For migration assays, the undersides of 8 µm pore filters of transwells (Costar) were coated with fibronectin or fibrinogen as for cell spreading assays. HUVECs were transfected with siRNA and after 24 hrs washed and kept overnight at 37°C in starvation medium (non-COMPLETE HUVEC medium with 0.5% FBS). After dissociation, cells were resuspended in non-COMPLETE HUVEC media with 0.1% BSA, and added to the upper chamber of the transwells. Cells were induced to migrate by adding 15 µg/ml (for fibronectin coated filters) or 20 µg/ml (fibrinogen coated filters) recombinant VEGF to non-COMPLETE HUVEC media with 0.1% BSA, in the lower chamber of the transwells. After 8 hrs of migration at 37°C in a 5% CO2 containing humidified incubator, the non-migrated cells from the upper chamber were removed, and the cells on the underside of the filter fixed with 70% methanol and stained with 1% toluidene blue. Cells migrating across the integrin ligands were quantified from microscopic pictures taken from 3 random fields.

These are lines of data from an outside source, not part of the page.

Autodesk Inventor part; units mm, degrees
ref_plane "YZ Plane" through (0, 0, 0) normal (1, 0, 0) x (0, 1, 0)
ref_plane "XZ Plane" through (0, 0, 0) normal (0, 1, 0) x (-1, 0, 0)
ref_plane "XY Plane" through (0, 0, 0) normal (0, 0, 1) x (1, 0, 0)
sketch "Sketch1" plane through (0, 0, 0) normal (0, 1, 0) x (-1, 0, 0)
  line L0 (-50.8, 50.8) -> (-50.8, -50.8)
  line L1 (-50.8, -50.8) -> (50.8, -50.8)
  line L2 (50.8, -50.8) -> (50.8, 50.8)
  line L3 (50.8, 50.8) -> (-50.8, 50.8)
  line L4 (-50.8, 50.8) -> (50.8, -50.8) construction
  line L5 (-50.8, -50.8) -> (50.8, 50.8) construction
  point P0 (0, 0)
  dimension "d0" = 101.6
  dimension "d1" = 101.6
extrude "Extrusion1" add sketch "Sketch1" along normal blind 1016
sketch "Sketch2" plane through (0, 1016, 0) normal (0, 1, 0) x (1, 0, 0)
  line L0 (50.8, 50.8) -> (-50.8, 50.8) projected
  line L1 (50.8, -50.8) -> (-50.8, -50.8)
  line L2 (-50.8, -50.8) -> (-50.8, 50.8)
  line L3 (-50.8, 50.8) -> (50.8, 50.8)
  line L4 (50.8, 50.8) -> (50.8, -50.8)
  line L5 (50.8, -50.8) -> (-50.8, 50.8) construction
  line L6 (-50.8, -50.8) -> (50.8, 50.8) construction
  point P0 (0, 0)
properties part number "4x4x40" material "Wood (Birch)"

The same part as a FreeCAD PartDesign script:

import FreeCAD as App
import Part
import Sketcher

V = App.Vector
Q = App.Units.Quantity


def add_polygon(sketch, points):
    """Adds a closed chain of lines whose ends are joined by coincident constraints."""
    first, n = sketch.GeometryCount, len(points)
    for a, b in zip(points, points[1:] + points[:1]):
        sketch.addGeometry(Part.LineSegment(App.Vector(*a, 0), App.Vector(*b, 0)), False)
    for i in range(n):
        sketch.addConstraint(Sketcher.Constraint("Coincident", first + i, 2, first + (i + 1) % n, 1))

doc = App.newDocument("Part")
params = doc.addObject("Spreadsheet::Sheet", "Params")
for row, (alias, value) in enumerate([
    ("sketch1_width", "4 in"),
    ("pad1_length", "40 in"),
], start=1):
    params.set(f"A{row}", alias)
    params.set(f"B{row}", "=" + value)
    params.setAlias(f"B{row}", alias)

body = doc.addObject("PartDesign::Body", "Body")

# Sketch on XZ plane
sketch1 = body.newObject("Sketcher::SketchObject", "Sketch")
sketch1.AttachmentSupport = (doc.getObject("XZ_Plane"), [""])
sketch1.MapMode = "FlatFace"
add_polygon(sketch1, [(-50.8, 50.8), (50.8, 50.8), (50.8, -50.8), (-50.8, -50.8)])  # lines 0-3
sketch1.addConstraint([
    Sketcher.Constraint("Horizontal", 0),
    Sketcher.Constraint("Vertical", 1),
    Sketcher.Constraint("Horizontal", 2),
    Sketcher.Constraint("Vertical", 3),
    Sketcher.Constraint("Symmetric", 0, 2, 2, 2, -1, 1),
    Sketcher.Constraint("Equal", 2, 1),
    Sketcher.Constraint("DistanceX", 0, 1, 0, 2, Q("4 in")),
])
sketch1.setExpression("Constraints[10]", "Params.sketch1_width")
pad1 = body.newObject("PartDesign::Pad", "Pad")
pad1.Profile = sketch1
pad1.setExpression("Length", "Params.pad1_length")
pad1.Reversed = True

doc.recompute()
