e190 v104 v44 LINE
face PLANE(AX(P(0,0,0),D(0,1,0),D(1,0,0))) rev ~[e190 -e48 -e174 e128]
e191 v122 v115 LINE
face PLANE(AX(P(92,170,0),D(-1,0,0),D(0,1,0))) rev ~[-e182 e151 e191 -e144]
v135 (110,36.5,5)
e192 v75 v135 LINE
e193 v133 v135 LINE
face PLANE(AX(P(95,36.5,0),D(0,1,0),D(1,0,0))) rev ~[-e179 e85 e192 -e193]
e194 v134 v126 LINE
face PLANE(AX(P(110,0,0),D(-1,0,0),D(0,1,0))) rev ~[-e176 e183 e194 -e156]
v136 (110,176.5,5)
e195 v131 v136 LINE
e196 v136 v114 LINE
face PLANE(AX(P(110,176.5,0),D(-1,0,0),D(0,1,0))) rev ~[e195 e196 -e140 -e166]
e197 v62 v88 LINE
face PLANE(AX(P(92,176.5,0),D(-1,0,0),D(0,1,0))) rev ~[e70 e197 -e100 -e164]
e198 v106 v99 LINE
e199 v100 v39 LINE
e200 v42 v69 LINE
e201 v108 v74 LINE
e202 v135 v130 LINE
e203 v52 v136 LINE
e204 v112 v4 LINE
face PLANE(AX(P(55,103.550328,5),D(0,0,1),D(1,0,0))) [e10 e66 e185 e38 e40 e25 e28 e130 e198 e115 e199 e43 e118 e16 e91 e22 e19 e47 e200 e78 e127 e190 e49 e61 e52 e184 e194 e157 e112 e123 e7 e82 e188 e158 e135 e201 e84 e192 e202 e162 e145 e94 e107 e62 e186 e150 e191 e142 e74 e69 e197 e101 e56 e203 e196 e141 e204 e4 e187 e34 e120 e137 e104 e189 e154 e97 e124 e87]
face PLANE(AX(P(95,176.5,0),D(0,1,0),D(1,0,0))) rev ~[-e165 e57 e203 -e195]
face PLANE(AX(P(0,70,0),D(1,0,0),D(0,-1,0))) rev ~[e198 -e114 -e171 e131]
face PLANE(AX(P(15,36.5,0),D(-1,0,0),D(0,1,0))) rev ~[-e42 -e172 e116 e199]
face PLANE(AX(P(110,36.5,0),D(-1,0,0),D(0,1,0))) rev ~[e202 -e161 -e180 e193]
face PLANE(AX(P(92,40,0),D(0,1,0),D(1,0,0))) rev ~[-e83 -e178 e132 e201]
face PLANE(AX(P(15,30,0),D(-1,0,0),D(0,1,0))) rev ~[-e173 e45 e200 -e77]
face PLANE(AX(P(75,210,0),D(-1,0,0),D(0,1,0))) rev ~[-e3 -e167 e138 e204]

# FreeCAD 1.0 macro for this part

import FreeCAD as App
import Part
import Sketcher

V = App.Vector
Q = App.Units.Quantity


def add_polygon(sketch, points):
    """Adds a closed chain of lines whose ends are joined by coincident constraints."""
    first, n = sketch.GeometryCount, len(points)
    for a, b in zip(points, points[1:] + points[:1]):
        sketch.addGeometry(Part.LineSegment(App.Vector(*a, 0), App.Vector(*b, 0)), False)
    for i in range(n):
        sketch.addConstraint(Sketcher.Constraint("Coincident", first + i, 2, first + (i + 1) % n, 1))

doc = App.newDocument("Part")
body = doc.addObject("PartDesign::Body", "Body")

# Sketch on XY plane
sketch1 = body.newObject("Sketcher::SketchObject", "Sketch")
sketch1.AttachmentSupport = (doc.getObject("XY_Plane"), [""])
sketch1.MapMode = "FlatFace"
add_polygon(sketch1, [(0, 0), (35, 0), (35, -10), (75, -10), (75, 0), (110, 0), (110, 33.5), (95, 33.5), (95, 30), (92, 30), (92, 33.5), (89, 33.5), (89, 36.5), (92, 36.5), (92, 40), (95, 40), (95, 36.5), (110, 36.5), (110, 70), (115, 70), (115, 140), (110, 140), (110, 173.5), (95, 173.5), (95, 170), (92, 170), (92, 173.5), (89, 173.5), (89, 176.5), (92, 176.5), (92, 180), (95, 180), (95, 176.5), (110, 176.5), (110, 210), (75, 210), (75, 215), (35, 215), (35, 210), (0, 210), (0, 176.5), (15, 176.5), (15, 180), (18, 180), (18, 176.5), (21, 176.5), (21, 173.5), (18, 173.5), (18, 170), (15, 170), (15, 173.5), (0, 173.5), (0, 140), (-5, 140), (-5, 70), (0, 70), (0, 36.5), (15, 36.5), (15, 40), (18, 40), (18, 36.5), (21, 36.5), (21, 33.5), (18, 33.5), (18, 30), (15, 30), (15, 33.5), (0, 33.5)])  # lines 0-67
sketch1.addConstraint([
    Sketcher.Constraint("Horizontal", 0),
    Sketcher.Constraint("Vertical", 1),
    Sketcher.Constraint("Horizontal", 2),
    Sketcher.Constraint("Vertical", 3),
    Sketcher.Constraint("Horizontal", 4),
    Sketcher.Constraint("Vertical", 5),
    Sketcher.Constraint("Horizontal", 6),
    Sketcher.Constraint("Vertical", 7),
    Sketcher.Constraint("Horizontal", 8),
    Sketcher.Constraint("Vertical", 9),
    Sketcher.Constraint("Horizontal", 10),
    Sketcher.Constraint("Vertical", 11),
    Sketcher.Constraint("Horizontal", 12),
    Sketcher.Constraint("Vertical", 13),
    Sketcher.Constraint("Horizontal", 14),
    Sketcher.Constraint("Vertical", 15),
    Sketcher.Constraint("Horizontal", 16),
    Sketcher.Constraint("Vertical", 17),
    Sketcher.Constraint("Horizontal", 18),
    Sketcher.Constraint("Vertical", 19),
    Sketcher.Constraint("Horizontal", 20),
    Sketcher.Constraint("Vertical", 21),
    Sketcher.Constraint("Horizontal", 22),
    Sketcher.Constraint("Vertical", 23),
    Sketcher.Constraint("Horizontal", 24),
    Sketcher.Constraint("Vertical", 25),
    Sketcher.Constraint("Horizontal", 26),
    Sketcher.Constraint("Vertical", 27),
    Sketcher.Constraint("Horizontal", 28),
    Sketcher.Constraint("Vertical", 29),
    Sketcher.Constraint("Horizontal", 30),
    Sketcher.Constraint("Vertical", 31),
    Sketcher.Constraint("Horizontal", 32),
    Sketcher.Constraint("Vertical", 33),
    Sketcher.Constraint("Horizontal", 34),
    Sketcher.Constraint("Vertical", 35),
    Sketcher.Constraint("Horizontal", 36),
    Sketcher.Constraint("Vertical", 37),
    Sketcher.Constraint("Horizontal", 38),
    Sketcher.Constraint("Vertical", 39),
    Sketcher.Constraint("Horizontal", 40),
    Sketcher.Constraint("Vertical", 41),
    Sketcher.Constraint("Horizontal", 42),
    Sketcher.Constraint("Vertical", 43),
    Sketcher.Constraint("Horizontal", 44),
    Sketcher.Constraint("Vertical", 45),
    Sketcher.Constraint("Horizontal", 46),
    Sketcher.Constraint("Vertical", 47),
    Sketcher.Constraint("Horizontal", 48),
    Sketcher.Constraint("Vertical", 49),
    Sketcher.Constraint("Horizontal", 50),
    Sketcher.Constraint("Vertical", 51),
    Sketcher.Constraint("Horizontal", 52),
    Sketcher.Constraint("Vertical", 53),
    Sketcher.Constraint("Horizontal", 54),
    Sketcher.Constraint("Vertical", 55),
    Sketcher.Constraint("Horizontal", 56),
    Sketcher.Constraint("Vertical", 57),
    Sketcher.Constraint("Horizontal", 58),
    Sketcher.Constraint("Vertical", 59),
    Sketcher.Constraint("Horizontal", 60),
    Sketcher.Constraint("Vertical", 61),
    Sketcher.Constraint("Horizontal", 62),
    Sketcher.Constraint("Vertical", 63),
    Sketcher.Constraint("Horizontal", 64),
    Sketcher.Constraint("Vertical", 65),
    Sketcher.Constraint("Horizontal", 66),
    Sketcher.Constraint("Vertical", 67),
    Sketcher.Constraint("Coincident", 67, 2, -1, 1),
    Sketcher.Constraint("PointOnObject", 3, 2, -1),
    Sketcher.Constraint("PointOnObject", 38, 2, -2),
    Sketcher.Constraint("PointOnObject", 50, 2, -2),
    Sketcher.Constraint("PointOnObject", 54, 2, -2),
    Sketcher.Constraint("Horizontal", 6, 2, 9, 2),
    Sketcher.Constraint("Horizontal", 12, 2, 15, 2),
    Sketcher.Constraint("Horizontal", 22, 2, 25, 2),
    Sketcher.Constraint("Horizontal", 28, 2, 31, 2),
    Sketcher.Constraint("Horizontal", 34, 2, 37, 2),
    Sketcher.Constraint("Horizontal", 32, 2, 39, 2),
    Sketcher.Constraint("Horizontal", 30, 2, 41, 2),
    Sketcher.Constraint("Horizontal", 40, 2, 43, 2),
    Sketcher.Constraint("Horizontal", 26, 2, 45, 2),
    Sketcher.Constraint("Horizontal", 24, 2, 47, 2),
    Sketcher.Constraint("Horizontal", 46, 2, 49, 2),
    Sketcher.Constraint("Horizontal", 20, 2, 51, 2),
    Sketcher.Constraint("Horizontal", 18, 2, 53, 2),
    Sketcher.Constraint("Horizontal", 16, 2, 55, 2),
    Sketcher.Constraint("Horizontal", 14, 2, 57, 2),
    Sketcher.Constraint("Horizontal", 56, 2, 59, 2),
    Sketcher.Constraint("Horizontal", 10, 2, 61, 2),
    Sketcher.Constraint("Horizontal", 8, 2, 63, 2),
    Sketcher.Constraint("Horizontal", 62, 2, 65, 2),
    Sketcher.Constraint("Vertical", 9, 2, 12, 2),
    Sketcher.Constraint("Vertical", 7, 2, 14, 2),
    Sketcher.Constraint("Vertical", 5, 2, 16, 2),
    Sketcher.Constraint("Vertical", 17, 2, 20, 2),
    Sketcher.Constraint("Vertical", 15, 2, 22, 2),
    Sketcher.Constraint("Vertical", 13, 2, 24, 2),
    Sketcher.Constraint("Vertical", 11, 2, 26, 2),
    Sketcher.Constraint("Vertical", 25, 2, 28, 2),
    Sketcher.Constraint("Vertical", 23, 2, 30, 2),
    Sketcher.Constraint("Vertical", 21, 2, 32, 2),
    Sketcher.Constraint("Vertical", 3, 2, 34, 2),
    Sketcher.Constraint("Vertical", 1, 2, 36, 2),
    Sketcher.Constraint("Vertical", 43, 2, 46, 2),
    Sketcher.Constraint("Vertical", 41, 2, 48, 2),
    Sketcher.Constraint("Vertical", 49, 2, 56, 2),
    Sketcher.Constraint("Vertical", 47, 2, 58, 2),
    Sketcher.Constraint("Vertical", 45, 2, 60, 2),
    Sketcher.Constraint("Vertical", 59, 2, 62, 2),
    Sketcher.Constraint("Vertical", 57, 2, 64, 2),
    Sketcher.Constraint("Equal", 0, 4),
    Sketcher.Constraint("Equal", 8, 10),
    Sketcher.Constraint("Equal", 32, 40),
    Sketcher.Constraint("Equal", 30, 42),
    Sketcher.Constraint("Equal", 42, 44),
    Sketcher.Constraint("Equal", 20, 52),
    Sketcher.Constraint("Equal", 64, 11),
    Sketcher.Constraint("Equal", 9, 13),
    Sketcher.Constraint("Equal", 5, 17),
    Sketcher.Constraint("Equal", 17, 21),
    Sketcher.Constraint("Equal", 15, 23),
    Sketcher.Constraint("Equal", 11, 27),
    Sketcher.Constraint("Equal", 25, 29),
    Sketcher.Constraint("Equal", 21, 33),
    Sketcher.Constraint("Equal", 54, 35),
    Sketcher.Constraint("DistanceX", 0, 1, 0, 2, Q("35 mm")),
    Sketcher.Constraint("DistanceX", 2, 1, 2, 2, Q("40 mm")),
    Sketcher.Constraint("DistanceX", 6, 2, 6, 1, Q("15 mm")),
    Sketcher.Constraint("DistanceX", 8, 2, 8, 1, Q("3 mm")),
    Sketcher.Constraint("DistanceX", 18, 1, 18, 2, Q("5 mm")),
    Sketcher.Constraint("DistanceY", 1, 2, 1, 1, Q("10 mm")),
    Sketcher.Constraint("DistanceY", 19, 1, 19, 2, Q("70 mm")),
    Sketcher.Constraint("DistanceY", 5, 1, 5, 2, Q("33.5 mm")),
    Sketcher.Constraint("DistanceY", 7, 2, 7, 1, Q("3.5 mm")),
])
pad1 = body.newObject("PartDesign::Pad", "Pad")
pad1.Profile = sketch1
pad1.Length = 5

Migfilin in endothelial cells and circulating blood cells

Although migfilin has been detected in many different tissues [10], [13], its presence in specific cell types has not been established. To provide insight into the cellular distribution of migfilin, lysates of selected cell types were immunoblotted with a migfilin antibody that can detect the various splice variants of migfilin. Endothelial cells from both veins (HUVEC) and arteries (BAEC) contained migfilin protein. In addition, circulating human blood cells, platelets, neutrophils and monocytes, also contained migfilin (Fig. 1A). We focused on the band of migfilin corresponding to 50 kDa (major isoform) to compare levels between various cell types. Of the cells tested, migfilin was more abundant in the adherent cells, HUVEC and BAEC, than in the blood cells and was particularly prominent in HUVEC. Despite the vast differences in FLN levels, M2 (lack FLNA but express FLNB) and A7 (have both FLNA and FLNB) cells have similar migfilin levels. The migfilin levels in the blood cells were lower than in adherent cells tested, and both migfilin and a band consistent with the FBLP-1 isoform were detected in these cells. When expression of the major migfilin isoform was normalized to actin levels in the different cell lysates and HUVEC migfilin levels assigned a value as 100%, neutrophils and monocytes contained 30% and 40%, respectively, of the migfilin levels in HUVECs. Platelets had the least migfilin of the cells tested, <15% of that present in HUVEC (Fig. 1B). In our subsequent studies, we focused on HUVECs as a high migfilin expresser and a cell where adhesion and migration responses are functionally important and on neutrophil-related cells, where migfilin is expressed at lower levels but where integrin activation is integral to their biological responses.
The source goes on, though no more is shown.